INSTRUCTIONS TO FOLLOW: Return exactly the span of lines in the following data that opens with the line containing "# F0 (on Top) → F1 (new body)" and closes with the line containing "Rebuilt in FreeCAD, every". Include nothing else.
● ● ● ● ●
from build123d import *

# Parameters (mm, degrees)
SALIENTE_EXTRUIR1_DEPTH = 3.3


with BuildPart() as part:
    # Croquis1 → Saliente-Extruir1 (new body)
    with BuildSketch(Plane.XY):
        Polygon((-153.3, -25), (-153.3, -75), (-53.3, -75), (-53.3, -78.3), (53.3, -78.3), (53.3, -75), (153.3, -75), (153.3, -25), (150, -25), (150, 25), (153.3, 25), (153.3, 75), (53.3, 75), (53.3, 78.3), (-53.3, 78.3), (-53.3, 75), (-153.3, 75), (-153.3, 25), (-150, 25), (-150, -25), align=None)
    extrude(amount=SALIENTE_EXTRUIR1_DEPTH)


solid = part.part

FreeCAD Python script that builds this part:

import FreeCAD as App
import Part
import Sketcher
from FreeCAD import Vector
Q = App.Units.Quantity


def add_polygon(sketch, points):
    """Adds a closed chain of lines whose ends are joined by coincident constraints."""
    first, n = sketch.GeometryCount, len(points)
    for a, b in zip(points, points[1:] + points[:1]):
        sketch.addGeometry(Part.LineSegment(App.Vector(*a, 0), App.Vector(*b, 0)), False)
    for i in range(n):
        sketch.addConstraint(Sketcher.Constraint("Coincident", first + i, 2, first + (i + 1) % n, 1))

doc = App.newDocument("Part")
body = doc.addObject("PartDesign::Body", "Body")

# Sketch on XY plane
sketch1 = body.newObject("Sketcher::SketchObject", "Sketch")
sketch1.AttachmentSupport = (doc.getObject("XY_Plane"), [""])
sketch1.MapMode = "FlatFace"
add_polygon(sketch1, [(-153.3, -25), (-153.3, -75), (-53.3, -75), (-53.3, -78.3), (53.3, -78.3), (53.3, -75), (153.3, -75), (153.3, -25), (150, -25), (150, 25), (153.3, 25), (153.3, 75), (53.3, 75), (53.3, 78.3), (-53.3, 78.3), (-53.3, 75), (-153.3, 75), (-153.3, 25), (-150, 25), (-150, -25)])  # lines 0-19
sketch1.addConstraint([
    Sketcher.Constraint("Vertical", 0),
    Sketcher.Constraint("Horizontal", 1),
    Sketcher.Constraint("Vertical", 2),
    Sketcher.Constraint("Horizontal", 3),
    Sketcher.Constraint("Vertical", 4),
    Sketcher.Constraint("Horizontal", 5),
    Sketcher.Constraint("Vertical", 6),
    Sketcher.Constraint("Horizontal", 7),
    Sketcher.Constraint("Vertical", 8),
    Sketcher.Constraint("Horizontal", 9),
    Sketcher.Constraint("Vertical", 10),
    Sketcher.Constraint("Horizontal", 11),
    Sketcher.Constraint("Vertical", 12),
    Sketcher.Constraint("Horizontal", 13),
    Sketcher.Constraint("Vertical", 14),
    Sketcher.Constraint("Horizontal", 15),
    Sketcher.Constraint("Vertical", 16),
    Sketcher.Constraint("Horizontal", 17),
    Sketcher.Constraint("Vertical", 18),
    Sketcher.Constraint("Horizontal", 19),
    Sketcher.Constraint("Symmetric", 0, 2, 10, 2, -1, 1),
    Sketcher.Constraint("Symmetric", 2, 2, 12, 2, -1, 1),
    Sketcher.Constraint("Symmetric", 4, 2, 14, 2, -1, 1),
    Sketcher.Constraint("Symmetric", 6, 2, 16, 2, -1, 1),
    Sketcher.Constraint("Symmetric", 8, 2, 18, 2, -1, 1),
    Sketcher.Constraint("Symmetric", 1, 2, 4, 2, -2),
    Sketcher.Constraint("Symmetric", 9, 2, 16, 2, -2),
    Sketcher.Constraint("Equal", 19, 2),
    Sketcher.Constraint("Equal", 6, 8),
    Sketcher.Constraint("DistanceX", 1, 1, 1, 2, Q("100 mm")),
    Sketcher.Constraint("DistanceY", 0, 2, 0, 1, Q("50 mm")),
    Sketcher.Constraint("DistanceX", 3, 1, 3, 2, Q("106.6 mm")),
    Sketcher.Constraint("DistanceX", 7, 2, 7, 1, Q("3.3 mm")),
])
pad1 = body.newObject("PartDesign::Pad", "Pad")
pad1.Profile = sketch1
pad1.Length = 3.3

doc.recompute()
● ● ● ● ●
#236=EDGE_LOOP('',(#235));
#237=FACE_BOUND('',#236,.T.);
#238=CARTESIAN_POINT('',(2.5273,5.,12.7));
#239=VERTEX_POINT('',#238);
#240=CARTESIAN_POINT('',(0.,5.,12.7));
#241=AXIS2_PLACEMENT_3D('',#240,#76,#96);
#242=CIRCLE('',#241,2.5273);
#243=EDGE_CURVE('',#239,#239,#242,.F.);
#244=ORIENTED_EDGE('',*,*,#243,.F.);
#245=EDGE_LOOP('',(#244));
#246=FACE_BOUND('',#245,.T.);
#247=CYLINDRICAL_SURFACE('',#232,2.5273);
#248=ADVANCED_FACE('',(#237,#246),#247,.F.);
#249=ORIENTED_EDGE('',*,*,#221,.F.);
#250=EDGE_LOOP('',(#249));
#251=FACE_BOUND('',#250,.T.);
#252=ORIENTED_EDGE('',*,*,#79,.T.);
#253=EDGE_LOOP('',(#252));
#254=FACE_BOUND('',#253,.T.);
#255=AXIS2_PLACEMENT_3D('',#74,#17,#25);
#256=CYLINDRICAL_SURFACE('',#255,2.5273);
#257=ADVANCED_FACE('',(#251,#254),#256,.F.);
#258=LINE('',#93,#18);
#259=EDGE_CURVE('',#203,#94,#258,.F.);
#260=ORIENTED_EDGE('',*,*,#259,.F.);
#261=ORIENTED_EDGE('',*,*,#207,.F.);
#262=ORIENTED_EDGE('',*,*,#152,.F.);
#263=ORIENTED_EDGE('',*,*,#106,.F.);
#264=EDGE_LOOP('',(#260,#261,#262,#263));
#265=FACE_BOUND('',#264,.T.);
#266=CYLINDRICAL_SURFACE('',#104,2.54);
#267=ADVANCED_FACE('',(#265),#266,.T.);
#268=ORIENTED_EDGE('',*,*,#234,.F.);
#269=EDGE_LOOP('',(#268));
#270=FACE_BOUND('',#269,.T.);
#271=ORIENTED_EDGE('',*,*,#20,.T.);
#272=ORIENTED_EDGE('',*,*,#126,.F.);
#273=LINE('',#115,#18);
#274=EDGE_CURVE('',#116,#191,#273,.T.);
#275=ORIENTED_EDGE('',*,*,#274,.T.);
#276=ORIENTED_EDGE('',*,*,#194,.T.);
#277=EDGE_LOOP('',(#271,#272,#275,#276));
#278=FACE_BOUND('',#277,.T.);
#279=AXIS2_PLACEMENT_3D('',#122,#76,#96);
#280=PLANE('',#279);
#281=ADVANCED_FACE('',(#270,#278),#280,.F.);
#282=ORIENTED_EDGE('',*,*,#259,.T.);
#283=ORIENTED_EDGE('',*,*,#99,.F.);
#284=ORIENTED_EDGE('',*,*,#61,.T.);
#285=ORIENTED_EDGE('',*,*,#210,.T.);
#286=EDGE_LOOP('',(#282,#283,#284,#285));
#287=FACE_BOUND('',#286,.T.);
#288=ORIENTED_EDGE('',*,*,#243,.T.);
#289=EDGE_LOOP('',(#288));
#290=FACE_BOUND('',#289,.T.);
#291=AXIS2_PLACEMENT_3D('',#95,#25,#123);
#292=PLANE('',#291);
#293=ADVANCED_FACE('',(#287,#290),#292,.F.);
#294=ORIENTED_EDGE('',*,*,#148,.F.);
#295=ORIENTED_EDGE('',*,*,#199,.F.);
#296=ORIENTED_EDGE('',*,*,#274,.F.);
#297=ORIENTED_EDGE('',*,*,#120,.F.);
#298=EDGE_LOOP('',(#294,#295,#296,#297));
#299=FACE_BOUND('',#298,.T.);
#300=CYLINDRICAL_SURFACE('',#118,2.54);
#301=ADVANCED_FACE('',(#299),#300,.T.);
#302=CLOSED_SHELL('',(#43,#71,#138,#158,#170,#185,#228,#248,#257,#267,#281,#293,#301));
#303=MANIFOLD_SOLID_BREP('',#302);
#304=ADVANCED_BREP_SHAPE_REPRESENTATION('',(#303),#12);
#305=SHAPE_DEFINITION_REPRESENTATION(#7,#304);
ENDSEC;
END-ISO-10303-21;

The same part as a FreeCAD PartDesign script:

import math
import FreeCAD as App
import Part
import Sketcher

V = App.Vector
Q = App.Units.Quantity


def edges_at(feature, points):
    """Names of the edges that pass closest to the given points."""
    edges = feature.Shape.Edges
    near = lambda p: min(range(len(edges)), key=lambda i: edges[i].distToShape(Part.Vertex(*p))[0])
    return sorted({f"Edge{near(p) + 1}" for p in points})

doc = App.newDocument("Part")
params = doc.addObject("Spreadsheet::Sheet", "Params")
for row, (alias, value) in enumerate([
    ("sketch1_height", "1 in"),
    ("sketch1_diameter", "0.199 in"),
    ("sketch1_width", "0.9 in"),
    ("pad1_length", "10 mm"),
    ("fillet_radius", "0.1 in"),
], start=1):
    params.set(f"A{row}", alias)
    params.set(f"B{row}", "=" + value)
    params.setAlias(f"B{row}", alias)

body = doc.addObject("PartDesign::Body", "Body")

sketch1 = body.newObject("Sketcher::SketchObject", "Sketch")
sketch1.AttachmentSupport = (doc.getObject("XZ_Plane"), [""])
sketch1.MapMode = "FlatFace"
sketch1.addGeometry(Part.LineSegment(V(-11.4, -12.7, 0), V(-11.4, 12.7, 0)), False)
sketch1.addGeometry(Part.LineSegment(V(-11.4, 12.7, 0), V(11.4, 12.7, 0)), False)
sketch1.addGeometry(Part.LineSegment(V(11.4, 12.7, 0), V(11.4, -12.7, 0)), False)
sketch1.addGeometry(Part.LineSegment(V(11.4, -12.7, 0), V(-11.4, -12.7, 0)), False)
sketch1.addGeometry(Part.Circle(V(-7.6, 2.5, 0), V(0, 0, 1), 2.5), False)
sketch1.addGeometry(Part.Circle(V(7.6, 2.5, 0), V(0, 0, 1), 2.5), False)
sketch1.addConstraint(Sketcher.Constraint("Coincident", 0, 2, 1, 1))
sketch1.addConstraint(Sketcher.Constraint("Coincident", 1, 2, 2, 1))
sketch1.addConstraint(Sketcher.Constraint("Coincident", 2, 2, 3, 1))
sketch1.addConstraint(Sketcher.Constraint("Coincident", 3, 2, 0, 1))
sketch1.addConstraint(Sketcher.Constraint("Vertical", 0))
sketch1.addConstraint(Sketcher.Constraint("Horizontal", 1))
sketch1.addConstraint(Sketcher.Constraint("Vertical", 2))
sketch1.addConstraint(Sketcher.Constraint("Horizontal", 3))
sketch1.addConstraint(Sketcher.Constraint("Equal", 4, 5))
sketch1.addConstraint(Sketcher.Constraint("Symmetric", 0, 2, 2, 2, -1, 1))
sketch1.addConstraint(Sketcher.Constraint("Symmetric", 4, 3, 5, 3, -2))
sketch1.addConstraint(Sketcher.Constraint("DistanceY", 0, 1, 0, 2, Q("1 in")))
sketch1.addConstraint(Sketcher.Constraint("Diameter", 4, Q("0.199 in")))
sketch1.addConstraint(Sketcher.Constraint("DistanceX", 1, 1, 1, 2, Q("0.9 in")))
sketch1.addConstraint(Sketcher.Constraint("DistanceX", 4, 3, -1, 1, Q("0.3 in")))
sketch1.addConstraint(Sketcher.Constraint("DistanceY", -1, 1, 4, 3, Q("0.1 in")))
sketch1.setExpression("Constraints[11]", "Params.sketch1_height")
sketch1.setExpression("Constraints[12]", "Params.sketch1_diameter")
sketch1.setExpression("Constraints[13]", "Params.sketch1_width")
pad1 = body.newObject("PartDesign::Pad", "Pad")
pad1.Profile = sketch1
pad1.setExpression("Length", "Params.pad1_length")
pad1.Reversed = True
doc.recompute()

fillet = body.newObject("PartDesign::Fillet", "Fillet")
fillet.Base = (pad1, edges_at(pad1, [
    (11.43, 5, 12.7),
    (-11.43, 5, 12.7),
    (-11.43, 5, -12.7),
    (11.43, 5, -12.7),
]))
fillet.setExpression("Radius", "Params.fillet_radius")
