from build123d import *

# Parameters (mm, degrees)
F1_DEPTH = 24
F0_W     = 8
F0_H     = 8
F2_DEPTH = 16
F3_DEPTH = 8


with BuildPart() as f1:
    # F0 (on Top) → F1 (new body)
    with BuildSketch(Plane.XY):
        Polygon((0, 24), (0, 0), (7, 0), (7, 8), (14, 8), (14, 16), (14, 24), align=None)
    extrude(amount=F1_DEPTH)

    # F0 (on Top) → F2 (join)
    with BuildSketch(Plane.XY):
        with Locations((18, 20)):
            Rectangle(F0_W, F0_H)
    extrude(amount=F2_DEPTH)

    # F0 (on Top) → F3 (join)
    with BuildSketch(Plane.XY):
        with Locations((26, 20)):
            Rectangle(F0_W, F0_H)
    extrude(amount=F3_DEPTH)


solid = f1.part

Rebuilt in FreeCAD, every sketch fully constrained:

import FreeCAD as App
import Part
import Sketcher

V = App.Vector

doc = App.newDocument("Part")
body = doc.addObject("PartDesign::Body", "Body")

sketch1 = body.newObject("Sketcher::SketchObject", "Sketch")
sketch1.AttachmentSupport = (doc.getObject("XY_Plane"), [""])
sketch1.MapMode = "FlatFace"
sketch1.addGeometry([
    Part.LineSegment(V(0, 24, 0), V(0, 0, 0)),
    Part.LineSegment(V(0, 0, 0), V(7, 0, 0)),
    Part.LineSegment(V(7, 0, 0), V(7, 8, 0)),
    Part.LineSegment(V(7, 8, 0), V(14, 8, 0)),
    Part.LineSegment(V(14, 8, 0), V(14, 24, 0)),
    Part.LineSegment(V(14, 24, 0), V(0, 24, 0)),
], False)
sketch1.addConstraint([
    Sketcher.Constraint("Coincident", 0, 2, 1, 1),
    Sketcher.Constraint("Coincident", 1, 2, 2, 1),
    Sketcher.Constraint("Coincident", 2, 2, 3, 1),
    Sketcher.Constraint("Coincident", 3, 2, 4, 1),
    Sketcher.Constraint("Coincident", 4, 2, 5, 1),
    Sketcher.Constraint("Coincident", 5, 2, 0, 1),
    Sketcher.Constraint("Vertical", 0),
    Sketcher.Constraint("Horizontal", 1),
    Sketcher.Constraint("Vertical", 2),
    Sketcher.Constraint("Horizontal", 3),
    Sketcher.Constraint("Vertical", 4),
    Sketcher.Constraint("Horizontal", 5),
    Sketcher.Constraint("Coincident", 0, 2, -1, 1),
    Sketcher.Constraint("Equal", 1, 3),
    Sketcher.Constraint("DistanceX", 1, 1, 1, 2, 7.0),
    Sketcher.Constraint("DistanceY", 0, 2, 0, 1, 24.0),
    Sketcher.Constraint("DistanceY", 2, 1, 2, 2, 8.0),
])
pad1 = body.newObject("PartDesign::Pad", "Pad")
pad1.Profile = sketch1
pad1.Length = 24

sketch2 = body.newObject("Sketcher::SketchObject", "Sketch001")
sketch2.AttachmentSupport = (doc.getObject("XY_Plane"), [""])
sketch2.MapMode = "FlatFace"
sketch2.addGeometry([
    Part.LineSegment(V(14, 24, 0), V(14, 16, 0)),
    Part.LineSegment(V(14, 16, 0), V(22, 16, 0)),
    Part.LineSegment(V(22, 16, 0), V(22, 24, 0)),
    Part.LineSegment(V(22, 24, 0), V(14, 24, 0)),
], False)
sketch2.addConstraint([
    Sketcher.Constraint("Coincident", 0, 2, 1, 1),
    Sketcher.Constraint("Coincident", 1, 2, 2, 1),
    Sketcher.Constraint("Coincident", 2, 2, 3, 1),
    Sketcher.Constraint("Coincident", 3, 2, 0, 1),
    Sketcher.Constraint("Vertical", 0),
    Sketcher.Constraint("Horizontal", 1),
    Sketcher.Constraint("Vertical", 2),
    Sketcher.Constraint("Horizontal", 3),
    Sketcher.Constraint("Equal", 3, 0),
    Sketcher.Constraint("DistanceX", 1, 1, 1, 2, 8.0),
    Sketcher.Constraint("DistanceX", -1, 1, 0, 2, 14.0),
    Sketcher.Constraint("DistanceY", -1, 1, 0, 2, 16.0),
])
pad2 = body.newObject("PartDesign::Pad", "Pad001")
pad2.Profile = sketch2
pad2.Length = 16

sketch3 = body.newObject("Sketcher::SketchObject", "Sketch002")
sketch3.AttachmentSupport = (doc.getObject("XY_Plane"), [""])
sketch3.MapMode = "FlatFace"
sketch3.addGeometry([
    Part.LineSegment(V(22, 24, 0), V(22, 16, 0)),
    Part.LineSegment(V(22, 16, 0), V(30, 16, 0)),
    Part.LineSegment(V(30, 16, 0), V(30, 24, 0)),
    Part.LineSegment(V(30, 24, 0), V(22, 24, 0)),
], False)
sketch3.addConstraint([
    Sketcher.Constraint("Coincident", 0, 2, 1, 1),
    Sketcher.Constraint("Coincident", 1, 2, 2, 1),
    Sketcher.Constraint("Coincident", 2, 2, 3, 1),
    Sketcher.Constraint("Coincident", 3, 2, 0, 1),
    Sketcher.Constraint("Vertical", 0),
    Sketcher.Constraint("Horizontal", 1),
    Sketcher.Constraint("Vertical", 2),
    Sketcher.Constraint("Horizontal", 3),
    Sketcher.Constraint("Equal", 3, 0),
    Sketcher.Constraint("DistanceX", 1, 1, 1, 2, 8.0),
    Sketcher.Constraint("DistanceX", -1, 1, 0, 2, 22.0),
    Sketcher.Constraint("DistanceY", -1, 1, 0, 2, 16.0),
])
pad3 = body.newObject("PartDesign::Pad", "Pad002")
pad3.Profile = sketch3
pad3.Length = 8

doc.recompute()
● ● ● ● ●
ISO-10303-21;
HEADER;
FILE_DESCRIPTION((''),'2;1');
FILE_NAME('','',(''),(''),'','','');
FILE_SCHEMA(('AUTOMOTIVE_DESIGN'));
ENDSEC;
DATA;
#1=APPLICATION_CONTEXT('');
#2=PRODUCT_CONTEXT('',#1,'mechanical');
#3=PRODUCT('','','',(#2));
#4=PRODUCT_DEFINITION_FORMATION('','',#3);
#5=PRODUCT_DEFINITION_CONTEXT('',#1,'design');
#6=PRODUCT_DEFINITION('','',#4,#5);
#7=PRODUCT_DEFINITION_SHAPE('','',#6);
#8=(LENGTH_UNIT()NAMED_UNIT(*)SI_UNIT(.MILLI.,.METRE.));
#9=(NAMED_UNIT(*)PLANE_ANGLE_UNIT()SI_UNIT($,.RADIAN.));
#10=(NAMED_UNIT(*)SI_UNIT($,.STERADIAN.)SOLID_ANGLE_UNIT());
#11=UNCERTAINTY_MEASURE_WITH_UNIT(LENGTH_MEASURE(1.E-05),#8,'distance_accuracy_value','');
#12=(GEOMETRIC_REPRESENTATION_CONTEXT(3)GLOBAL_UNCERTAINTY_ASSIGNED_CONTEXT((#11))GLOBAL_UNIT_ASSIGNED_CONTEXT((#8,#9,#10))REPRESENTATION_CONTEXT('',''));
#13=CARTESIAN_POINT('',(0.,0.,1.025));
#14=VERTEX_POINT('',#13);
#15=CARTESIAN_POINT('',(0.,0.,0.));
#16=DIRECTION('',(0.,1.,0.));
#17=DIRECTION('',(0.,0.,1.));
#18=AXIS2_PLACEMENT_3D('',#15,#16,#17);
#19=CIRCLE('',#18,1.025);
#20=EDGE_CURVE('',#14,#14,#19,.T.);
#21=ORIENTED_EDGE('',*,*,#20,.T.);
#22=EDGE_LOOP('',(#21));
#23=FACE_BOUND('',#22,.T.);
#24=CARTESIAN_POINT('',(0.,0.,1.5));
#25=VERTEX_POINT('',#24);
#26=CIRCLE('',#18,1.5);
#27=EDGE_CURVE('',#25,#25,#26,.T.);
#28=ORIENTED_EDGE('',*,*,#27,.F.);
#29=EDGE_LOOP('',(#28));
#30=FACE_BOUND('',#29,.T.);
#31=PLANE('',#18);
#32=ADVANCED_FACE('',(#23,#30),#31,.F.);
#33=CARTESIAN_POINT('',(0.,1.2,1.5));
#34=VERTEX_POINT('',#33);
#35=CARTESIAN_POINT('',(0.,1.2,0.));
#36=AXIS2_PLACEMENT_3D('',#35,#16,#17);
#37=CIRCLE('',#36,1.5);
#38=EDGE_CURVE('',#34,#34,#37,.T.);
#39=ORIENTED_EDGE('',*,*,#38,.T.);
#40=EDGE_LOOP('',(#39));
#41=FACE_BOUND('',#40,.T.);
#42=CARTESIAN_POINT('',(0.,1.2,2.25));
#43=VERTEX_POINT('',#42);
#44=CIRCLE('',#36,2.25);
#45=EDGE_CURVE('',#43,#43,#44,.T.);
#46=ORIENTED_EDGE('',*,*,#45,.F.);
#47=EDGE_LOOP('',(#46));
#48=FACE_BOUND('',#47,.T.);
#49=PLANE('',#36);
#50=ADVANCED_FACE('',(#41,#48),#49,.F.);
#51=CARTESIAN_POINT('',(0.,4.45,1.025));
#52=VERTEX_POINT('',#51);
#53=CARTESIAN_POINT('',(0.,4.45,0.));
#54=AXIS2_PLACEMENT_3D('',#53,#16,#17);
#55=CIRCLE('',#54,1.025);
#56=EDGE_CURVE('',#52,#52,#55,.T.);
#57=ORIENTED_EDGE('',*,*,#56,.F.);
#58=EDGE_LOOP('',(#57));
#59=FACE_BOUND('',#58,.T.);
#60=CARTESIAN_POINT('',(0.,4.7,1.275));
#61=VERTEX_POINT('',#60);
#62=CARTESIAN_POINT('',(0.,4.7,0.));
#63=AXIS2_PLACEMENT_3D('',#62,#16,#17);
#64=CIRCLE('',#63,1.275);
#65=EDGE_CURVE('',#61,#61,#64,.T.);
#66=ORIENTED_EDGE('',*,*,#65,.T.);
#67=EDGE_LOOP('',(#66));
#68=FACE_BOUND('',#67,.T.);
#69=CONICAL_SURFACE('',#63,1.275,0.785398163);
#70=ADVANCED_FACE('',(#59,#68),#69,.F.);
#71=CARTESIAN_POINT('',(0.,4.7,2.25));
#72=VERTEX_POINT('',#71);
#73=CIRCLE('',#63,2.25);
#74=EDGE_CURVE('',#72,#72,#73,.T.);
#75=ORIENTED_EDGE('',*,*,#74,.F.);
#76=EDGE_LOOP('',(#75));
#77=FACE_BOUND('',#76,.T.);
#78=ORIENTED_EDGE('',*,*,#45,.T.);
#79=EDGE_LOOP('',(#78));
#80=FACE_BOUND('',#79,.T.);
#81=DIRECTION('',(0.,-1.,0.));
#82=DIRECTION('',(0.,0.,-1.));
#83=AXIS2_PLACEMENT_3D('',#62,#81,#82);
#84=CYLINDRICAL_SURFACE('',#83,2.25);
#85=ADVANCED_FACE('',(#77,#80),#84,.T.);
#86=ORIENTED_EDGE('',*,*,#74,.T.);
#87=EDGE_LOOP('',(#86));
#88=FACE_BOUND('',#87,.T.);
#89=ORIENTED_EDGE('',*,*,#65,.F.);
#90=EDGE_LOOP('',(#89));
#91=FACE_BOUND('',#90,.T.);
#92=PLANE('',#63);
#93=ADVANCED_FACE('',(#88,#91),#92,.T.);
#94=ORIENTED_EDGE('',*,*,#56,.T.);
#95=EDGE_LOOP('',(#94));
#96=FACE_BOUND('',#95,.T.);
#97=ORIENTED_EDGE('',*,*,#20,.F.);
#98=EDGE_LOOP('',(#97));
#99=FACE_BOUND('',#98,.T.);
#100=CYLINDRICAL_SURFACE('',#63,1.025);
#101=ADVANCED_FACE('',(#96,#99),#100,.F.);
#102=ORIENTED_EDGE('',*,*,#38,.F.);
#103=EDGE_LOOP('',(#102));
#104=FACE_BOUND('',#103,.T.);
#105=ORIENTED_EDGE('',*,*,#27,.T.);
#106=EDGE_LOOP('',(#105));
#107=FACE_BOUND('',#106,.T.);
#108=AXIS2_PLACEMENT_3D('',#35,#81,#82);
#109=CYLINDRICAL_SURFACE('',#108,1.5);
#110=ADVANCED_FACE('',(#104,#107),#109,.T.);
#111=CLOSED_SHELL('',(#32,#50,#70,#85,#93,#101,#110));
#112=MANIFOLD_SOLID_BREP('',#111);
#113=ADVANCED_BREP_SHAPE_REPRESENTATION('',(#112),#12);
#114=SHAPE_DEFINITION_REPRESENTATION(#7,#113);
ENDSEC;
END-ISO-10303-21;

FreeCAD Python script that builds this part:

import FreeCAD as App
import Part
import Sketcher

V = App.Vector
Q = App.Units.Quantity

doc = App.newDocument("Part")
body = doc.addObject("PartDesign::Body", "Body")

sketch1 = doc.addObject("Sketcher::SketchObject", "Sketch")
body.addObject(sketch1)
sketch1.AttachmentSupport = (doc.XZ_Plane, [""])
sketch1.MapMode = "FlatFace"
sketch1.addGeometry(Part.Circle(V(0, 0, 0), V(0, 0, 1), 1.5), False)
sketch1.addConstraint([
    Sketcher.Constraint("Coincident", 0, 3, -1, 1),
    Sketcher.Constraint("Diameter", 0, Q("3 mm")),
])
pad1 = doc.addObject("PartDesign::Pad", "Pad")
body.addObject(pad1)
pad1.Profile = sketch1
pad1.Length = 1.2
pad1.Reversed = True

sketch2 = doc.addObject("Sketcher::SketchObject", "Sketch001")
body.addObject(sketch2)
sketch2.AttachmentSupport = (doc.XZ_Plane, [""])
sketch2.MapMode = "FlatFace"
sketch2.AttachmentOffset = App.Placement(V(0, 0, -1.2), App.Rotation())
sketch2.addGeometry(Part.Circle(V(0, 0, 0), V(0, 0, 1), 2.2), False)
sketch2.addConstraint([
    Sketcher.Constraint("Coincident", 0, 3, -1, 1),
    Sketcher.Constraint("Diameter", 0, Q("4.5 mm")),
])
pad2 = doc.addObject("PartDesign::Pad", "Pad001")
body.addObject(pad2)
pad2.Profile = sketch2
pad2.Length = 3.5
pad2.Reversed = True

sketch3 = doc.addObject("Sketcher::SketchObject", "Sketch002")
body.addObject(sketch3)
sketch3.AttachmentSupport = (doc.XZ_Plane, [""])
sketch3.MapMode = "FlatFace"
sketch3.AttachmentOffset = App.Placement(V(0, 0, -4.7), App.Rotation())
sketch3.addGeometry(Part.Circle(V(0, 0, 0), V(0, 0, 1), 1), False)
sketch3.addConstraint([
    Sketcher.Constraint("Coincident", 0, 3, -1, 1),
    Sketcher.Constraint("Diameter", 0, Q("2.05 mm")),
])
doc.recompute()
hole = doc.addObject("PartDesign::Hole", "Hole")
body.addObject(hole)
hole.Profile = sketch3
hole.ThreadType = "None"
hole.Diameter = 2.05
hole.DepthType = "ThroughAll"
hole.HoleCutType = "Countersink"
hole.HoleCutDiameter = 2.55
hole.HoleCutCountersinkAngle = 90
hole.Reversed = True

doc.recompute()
● ● ● ● ●
TASK OUTPUT:
    # F0 (on Top) → F1 (new body)
    with BuildSketch(Plane.XY):
        Polygon((0, 24), (0, 0), (7, 0), (7, 8), (14, 8), (14, 16), (14, 24), align=None)
    extrude(amount=F1_DEPTH)

    # F0 (on Top) → F2 (join)
    with BuildSketch(Plane.XY):
        with Locations((18, 20)):
            Rectangle(F0_W, F0_H)
    extrude(amount=F2_DEPTH)

    # F0 (on Top) → F3 (join)
    with BuildSketch(Plane.XY):
        with Locations((26, 20)):
            Rectangle(F0_W, F0_H)
    extrude(amount=F3_DEPTH)


solid = f1.part

Rebuilt in FreeCAD, every sketch fully constrained:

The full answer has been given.